Error when NCBI Refseq is Trained- Qiime2 2020.8

TurboQiimer · November 23, 2020, 1:25pm

Hi,
I downloaded my refseq from NCBI and also FunGene websites. I tried to train both refseq with Qiime2 but it shows the same error!

qiime tools import --type ‘FeatureData[Sequence]’ --input-path sequence.fna --output-path Refseq.qza
There was a problem importing sequence.fna:

sequence.fna is not a(n) DNAFASTAFormat file:

Invalid character ’
’ at position 0 on line 26 (does not match IUPAC characters for a DNA sequence).

I clean the line and position the error shows; it not to keep stopping.
Is it a bug? Is there any solution?

Thanks

andrewsanchez · November 23, 2020, 8:50pm

Hi, @TurboQiimer!

Are you sure you are specifying the correct type? Please see this section of the importing tutorial in which aligned representative FASTA sequences are discussed. Perhaps you need to specify the 'FeatureData[AlignedSequence]' type. If that doesn’t work, would you mind sharing the .fna you are working with?

TurboQiimer · November 25, 2020, 12:02pm

Hi again,
I used type 'FeatureData[Sequence]' for importing SILVA sequence. Anyway, I changed the type then I got the same error! Not fixed.

qiime tools import \

--type 'FeatureData[AlignedSequence]'
--input-path sequence.fna
--output-path RefsequencesdsrB.qza
There was a problem importing sequence.fna:

sequence.fna is not a(n) AlignedDNAFASTAFormat file:

Invalid character '
' at position 0 on line 8 (does not match IUPAC characters for a DNA sequence).

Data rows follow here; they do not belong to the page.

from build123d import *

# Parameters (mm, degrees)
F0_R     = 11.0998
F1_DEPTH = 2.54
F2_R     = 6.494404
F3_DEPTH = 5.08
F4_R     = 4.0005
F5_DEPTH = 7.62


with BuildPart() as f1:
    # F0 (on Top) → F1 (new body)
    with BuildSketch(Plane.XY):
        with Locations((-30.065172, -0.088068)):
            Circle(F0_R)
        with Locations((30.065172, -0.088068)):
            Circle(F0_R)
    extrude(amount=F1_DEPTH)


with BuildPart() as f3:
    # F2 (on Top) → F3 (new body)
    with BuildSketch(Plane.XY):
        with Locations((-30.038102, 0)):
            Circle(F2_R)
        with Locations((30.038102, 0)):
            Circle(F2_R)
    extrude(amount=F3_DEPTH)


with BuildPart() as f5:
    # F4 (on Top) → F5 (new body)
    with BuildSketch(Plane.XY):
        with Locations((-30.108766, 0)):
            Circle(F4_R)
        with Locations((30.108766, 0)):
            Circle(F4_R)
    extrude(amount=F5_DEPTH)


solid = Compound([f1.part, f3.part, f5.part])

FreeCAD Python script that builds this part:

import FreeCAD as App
import Part
import Sketcher
from FreeCAD import Vector
Q = App.Units.Quantity

doc = App.newDocument("Part")
params = doc.addObject("Spreadsheet::Sheet", "Params")
for row, (alias, value) in enumerate([
    ("sketch1_diameter", "0.874 in"),
    ("pad1_length", "0.1 in"),
    ("pad2_length", "0.2 in"),
    ("sketch3_diameter", "0.315 in"),
    ("pad3_length", "0.3 in"),
], start=1):
    params.set(f"A{row}", alias)
    params.set(f"B{row}", "=" + value)
    params.setAlias(f"B{row}", alias)

body = doc.addObject("PartDesign::Body", "Body")
body.AllowCompound = True

# Sketch on XY plane
sketch1 = body.newObject("Sketcher::SketchObject", "Sketch")
sketch1.AttachmentSupport = (doc.getObject("XY_Plane"), [""])
sketch1.MapMode = "FlatFace"
sketch1.addGeometry([
    Part.Circle(Vector(-30.065172, -0.088068, 0), Vector(0, 0, 1), 11.0998),
    Part.Circle(Vector(30.065172, -0.088068, 0), Vector(0, 0, 1), 11.0998),
], False)
sketch1.addConstraint([
    Sketcher.Constraint("Equal", 0, 1),
    Sketcher.Constraint("Symmetric", 0, 3, 1, 3, -2),
    Sketcher.Constraint("Diameter", 0, Q("0.874 in")),
    Sketcher.Constraint("DistanceX", 0, 3, -1, 1, 30.065172),
    Sketcher.Constraint("DistanceY", 0, 3, -1, 1, 0.088068),
])
sketch1.setExpression("Constraints[2]", "Params.sketch1_diameter")
pad1 = body.newObject("PartDesign::Pad", "Pad")
pad1.Profile = sketch1
pad1.setExpression("Length", "Params.pad1_length")
body2 = doc.addObject("PartDesign::Body", "Body001")
body2.AllowCompound = True

# Sketch on XY plane
sketch2 = body2.newObject("Sketcher::SketchObject", "Sketch001")
sketch2.AttachmentSupport = (doc.getObject("XY_Plane001"), [""])
sketch2.MapMode = "FlatFace"
sketch2.addGeometry([
    Part.Circle(Vector(-30.038102, 0, 0), Vector(0, 0, 1), 6.494404),
    Part.Circle(Vector(30.038102, 0, 0), Vector(0, 0, 1), 6.494404),
], False)
sketch2.addConstraint([
    Sketcher.Constraint("Equal", 0, 1),
    Sketcher.Constraint("Symmetric", 0, 3, 1, 3, -1, 1),
    Sketcher.Constraint("PointOnObject", 0, 3, -1),
    Sketcher.Constraint("Diameter", 0, 12.988808),
    Sketcher.Constraint("DistanceX", 0, 3, -1, 1, 30.038102),
])
pad2 = body2.newObject("PartDesign::Pad", "Pad001")
pad2.Profile = sketch2
pad2.setExpression("Length", "Params.pad2_length")
body3 = doc.addObject("PartDesign::Body", "Body002")
body3.AllowCompound = True

# Sketch on XY plane
sketch3 = body3.newObject("Sketcher::SketchObject", "Sketch002")
sketch3.AttachmentSupport = (doc.getObject("XY_Plane002"), [""])
sketch3.MapMode = "FlatFace"
sketch3.addGeometry([
    Part.Circle(Vector(-30.108766, 0, 0), Vector(0, 0, 1), 4.0005),
    Part.Circle(Vector(30.108766, 0, 0), Vector(0, 0, 1), 4.0005),
], False)
sketch3.addConstraint([
    Sketcher.Constraint("Equal", 0, 1),
    Sketcher.Constraint("Symmetric", 0, 3, 1, 3, -1, 1),
    Sketcher.Constraint("PointOnObject", 0, 3, -1),
    Sketcher.Constraint("Diameter", 0, Q("0.315 in")),
    Sketcher.Constraint("DistanceX", 0, 3, -1, 1, 30.108766),
])
sketch3.setExpression("Constraints[3]", "Params.sketch3_diameter")
pad3 = body3.newObject("PartDesign::Pad", "Pad002")
pad3.Profile = sketch3
pad3.setExpression("Length", "Params.pad3_length")

doc.recompute()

I tried to attach the file, but the file extension is not accepted.

Any idea?

Thanks

TurboQiimer · November 25, 2020, 12:27pm

I also share the seq file format in a photo. There are accession numbers and nucleotide lengths. It sounds OK. It maybe help you.

andrewsanchez · November 25, 2020, 10:18pm

If you zip the file up first, you will be able to attach it.

What did you do to "clean the line?" Did the error message report an invalid character at a different position after that?

I think it's safe to assume that this is not a bug and that the error message is correct: your fasta file is likely corrupt and will need to be modified. If you search for "does not match IUPAC characters for a DNA sequence" on the forum, you will find that this error can arise for a variety of reasons. The solutions others have found may or may not work for you depending on what's wrong with your file. We will need to diagnose precisely what is wrong with your fasta file before prescribing a fix. The first thing that jumps out to me is the blank lines. If you remove the blank lines, are you able to import the file?

TurboQiimer · November 26, 2020, 1:01am

Somewhat yes. The position was 0 but the line changed afterward:

at position 0 on line 8 (does not match IUPAC characters for a DNA sequence).
at position 0 on line 14 (does not match IUPAC characters for a DNA sequence).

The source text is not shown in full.